People's Republic of Romania
- Name: Mărășești
- Namesake: Battle of Mărășești (previous name restored)
- Acquired: 12 October 1945
- Renamed: D11, 1952
- Fate: Discarded April 1961; Scrapped;

General characteristics (as built)
- Class & type: Vifor-class destroyer
- Displacement: 1,594 long tons (1,620 t) (normal); 1,760 long tons (1,790 t) (full load);
- Length: 94.7 m (310 ft 8 in) (o/a)
- Beam: 9.5 m (31 ft 2 in)
- Draft: 3.6 m (11 ft 10 in)
- Installed power: 4 Thornycroft boilers; 40,000 shp (30,000 kW);
- Propulsion: 2 shafts; 2 geared steam turbines
- Speed: 34 knots (63 km/h; 39 mph)
- Range: 3,000 nmi (5,600 km; 3,500 mi) at 15 knots (28 km/h; 17 mph)
- Complement: 146
- Armament: 3 × single 152 mm (6.0 in) guns; 4 × single 76 mm (3.0 in) AA guns; 2 × twin 457 mm (17.7 in) torpedo tubes; 24 mines;

= NMS Mărășești =

Romanian Navy Vifor-class destroyer

NMS Mărășești was one of four s ordered by Romania shortly before the beginning of the First World War from Italy. All four sister ships were requisitioned when Italy joined the war in 1915. Originally named Vârtej by the Romanians, she was renamed Nibbio and classified as a scout cruiser in Italian service. Not completed until mid-1918, the ship took part in the Adriatic campaign of World War I but engaged Austro-Hungarian Navy ships in the Adriatic Sea only once before the war ended in November 1918. She was renamed Mărășești when she was re-purchased by the Romanians in 1920.

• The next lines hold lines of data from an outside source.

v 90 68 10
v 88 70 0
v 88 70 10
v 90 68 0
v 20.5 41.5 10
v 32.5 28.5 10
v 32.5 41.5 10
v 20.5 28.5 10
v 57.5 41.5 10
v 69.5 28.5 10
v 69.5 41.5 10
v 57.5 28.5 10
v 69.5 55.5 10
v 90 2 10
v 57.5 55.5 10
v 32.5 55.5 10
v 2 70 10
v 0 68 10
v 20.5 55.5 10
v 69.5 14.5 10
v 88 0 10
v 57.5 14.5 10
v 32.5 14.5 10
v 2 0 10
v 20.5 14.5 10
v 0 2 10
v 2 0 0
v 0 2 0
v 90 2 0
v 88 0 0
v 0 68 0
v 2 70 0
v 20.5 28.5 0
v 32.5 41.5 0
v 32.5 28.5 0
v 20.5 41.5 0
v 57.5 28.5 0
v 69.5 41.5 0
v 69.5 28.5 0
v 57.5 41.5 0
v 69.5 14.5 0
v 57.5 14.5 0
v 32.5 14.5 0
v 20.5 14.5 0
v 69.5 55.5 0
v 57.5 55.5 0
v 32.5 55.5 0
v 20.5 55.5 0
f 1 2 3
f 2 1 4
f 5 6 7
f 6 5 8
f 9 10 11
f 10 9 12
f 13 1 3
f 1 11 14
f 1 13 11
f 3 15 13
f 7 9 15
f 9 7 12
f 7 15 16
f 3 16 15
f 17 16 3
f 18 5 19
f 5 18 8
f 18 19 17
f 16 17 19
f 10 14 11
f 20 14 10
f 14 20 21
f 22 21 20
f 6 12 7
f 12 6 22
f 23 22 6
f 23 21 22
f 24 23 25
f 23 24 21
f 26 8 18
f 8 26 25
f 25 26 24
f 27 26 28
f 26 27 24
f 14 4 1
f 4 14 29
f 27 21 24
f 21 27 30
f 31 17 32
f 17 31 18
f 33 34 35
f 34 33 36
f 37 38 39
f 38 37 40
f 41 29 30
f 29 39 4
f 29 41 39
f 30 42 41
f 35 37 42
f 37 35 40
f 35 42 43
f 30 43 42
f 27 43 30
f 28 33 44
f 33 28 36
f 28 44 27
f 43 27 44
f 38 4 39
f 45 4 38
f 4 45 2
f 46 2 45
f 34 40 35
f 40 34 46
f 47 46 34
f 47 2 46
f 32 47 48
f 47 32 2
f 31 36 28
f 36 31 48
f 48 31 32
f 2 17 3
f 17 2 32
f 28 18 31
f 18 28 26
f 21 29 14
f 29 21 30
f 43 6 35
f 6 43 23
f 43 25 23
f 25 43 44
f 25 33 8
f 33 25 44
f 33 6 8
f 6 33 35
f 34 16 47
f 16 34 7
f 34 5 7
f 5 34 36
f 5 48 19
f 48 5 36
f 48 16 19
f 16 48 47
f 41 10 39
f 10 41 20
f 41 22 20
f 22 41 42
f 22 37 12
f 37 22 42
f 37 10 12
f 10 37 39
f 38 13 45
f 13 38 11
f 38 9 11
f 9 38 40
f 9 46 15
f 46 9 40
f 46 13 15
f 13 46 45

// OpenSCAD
$fn = 32;

// ----------------------------------------------------------------------
// Windowed plate: 4 voids, 90 x 70 x 10 mm
// ----------------------------------------------------------------------

// --- parameters (mm) ---
plate_l = 90;             // plate length, X
plate_w = 70;             // plate width, Y
plate_t = 10;             // plate thickness, Z
edge_margin = 8;          // wall from the plate edge to any window
win_l = 12;               // pocket length
win_w = 14;               // pocket width
pitch_x = 37;             // grid pitch along X
pitch_y = 27;             // grid pitch along Y
depth_1 = 10;             // depth of void 1 (full thickness = through)
depth_2 = 10;             // depth of void 2 (full thickness = through)
depth_3 = 10;             // depth of void 3 (full thickness = through)
depth_4 = 10;             // depth of void 4 (full thickness = through)
corner_c = 2;             // corner chamfer of the plate

profile = [[2, 0], [88, 0], [90, 2], [90, 68], [88, 70], [2, 70], [0, 68], [0, 2]];  // primary outline, 8 points, counter clockwise
void_1 = [[20.5, 14.5], [32.5, 14.5], [32.5, 28.5], [20.5, 28.5]];  // pocket at grid node 0,0, 4 points
void_2 = [[20.5, 41.5], [32.5, 41.5], [32.5, 55.5], [20.5, 55.5]];  // pocket at grid node 0,1, 4 points
void_3 = [[57.5, 14.5], [69.5, 14.5], [69.5, 28.5], [57.5, 28.5]];  // pocket at grid node 1,0, 4 points
void_4 = [[57.5, 41.5], [69.5, 41.5], [69.5, 55.5], [57.5, 55.5]];  // pocket at grid node 1,1, 4 points

// --- the one profile operation ---
difference() {
  linear_extrude(height = plate_t) polygon(points = profile);
  translate([0, 0, -1])
    linear_extrude(height = plate_t + 2) polygon(points = void_1);
  translate([0, 0, -1])
    linear_extrude(height = plate_t + 2) polygon(points = void_2);
  translate([0, 0, -1])
    linear_extrude(height = plate_t + 2) polygon(points = void_3);
  translate([0, 0, -1])
    linear_extrude(height = plate_t + 2) polygon(points = void_4);
}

After Romania entered World War II with the Axis invasion of the Soviet Union on 22 June 1941 (Operation Barbarossa), Mărășești was limited to escort duties in the western half of the Black Sea during the war by the Soviet Navy's powerful Black Sea Fleet, which heavily outnumbered Axis naval forces there. The ship claimed to have sunk a Soviet submarine during the war, but this has not been confirmed by post-war research. In early 1944 the Soviets were able to cut off and surround the port of Sevastopol on the Crimean Peninsula; Mărășești escorted convoys evacuating Axis troops from the port and rescued some troops herself in May 1944.

In August 1944, Romania surrendered to the Soviet Union and switched sides, joining the Allies, but despite this the Soviets seized Mărășești and incorporated her into the Soviet Navy. Renamed Lyogkiy, the ship only served for a year before she was returned to the Romanians, who once again named her Mărășești. They renamed her D11 in 1952. She was discarded in April 1961 and subsequently scrapped.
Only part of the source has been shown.